The final witness was Arati Prabhakar, Director of the Defense Advanced Research Projects Agency (DARPA). She noted that DARPA’s high risk, high reward investments have allowed for the development of technology that transforms society. While public taxes laid the foundation for the development of this technology, private investments built industries that benefited from the federal investments, she stated. She provided the senators with information on the agency’s work in cybersecurity, big data, biology, and development of military systems.
Following the witness statements, Shelby inquired about the process of transitioning government research into a commercialized product, Cordova responded by explaining the role of the NSF as the starting point for new knowledge and new discovery.
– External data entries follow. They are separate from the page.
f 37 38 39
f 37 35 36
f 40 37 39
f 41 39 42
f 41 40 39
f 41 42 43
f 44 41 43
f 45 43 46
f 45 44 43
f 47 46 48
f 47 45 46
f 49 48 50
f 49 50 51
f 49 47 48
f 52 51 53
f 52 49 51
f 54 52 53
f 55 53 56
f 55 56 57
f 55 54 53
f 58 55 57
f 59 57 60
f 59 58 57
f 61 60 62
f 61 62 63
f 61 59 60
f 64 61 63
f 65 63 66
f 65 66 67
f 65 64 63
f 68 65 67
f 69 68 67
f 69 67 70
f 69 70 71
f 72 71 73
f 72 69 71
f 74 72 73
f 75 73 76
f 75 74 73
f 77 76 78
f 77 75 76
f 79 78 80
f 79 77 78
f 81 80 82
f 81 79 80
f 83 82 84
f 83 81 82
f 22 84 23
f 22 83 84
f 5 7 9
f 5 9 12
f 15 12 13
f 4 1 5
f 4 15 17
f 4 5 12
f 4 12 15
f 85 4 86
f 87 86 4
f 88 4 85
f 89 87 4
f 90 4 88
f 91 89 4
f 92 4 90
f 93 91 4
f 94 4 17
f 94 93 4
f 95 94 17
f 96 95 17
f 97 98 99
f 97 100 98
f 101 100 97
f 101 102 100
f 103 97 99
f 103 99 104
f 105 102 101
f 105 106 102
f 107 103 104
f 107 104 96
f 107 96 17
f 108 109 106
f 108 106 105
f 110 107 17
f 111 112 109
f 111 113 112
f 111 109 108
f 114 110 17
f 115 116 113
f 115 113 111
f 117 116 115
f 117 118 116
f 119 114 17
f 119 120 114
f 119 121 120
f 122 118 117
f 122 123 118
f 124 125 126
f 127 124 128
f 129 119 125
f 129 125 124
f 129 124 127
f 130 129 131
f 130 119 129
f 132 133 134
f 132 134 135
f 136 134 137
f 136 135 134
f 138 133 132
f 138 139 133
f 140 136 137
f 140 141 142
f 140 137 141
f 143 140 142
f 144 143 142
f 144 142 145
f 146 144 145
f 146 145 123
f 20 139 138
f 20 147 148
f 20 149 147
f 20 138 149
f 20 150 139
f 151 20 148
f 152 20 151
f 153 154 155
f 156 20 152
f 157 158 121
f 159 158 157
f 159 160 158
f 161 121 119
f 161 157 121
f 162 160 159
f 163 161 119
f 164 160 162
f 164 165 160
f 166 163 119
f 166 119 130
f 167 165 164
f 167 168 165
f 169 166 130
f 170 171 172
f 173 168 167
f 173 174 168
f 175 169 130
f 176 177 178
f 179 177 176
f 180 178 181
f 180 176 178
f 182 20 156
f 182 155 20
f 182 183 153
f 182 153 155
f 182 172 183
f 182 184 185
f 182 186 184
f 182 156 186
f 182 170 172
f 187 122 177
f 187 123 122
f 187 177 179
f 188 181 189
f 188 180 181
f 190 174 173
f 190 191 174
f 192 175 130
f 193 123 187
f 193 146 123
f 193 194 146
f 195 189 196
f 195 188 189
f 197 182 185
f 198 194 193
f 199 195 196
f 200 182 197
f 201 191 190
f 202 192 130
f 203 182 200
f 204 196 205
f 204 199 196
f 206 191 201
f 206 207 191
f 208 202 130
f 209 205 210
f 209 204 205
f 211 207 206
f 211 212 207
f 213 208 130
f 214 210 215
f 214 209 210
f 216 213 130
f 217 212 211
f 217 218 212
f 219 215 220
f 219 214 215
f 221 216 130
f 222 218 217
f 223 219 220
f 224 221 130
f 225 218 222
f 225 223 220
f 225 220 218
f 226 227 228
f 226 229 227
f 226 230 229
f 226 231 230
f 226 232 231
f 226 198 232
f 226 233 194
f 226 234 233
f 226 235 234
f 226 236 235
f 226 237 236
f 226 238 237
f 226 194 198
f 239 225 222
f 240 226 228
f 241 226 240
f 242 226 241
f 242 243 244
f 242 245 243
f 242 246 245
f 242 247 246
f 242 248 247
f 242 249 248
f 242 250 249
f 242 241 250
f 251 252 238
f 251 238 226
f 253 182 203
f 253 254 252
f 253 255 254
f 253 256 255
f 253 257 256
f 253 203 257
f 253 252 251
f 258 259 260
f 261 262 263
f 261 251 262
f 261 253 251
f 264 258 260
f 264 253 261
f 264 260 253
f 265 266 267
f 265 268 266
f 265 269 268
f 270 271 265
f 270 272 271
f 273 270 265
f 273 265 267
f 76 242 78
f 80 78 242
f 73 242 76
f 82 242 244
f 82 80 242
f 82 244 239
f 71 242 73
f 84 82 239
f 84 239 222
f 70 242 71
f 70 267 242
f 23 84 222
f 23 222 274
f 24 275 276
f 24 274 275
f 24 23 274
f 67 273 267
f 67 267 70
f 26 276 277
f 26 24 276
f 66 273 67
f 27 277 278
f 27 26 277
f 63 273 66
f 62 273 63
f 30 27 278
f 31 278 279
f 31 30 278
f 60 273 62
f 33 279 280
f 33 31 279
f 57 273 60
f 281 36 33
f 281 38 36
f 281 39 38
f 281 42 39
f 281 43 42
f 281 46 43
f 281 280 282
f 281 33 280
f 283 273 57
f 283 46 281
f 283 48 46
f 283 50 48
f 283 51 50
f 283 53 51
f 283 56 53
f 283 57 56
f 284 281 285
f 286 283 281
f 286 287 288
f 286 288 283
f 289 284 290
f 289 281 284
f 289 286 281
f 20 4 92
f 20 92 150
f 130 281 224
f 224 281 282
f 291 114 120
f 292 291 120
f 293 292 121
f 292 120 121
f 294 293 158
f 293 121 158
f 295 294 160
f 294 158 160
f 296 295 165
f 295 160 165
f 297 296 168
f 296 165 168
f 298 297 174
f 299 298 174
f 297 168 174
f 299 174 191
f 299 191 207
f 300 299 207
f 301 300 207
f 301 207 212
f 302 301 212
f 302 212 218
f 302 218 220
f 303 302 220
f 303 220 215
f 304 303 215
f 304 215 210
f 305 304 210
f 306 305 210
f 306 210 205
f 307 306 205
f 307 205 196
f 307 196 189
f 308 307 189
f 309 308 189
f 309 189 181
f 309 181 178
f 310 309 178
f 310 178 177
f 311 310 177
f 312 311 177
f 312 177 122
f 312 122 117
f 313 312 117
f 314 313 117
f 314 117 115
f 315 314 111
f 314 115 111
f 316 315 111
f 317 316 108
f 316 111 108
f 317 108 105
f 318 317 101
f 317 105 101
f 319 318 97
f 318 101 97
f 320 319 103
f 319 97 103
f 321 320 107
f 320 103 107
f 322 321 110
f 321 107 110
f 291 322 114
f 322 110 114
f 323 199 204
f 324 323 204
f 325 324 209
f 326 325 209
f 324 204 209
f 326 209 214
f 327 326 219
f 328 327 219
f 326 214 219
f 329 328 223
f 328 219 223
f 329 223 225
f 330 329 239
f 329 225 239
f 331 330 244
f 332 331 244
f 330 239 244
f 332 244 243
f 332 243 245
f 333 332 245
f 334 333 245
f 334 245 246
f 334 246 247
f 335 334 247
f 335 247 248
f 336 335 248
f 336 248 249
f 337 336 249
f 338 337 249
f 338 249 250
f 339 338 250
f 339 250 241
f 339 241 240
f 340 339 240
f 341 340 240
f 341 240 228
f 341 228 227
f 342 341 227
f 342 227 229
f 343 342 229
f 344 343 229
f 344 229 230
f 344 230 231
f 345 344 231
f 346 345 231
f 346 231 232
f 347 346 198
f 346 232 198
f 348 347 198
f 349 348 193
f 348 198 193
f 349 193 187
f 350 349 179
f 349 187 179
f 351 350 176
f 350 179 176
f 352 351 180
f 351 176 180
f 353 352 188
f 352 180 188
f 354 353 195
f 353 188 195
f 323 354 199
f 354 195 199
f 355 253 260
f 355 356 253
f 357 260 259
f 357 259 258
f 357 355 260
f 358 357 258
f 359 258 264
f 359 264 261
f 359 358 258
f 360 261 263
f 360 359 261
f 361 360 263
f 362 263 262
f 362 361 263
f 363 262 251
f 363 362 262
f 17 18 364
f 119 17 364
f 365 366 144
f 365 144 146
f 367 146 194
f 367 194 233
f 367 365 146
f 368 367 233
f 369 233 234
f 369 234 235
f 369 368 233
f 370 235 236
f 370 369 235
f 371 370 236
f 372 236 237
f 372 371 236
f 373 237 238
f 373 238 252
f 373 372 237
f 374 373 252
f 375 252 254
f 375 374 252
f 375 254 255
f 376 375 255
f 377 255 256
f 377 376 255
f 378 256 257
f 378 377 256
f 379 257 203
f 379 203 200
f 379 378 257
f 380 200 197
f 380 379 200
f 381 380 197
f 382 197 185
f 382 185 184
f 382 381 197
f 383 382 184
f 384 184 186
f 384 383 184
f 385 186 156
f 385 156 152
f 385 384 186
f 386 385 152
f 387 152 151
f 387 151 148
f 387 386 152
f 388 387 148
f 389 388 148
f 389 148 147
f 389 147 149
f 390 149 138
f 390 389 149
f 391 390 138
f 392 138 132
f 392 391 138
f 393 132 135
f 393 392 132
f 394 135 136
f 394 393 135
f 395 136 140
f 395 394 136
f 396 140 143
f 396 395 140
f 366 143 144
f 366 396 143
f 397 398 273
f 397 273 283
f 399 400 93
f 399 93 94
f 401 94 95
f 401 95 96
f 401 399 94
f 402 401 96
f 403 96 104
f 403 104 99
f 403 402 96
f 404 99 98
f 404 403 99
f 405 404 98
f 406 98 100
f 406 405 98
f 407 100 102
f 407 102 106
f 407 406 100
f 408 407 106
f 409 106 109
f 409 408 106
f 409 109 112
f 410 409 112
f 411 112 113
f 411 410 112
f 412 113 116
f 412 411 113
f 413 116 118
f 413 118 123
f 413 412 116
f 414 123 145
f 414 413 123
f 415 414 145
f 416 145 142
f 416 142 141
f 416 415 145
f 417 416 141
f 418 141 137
She described the role of the iCorps model which allows scientists to explore the economic markets relevant to their research.
Senator Tom Harkin (D-IA) spoke about the former Office of Technology Assessment before he began his questions about DOE budgets. He advocated that there is a need for Congress to have access to scientific and technical assessment information such as that which was provided by the former Office. His opening question was about the investments in the Human Genome Project. Collins responded that federal investments in the Project totaled $3.8 billion in DOD and NIH but created $978 billion in economic growth.
Senator Lamar Alexander (R-TN) spoke about the goal of doubling funding for the National Institute of Standards and Technology, NSF, and DOE Office of Science. He called on members of the scientific community to help the Senators deal with the decisions to relating to increases in mandatory spending and thus decreases the amount of federal discretionary and science funding.
Many senators inquired about particular areas of research and the hearing demonstrated bipartisan interest in supporting innovation. Senator Christopher Coons (D-DE) was interested in discussing technology transfer and energy security while Senator Susan Collins (R-ME) was interested in hearing from witnesses about Alzheimer’s disease research. Senator Jerry Moran (R-KS) asked about how NIH makes decision about allocations of funding for disease research and Senator Tom Udall (D-NM) focused his questions on technology transfer and supporting entrepreneurs.
Senator Mikulski ended the hearing by discussing programs at the DOE, DARPA, NSF, and NIH. She also addressed funding constraints, how to sustain the research pipeline, and support breakthrough research. The committee was very supportive of the work of each of the agencies represented at the hearing and the discussion session included many questions on both sides of the aisle regarding how federal investments help promote U.S. research and development activities.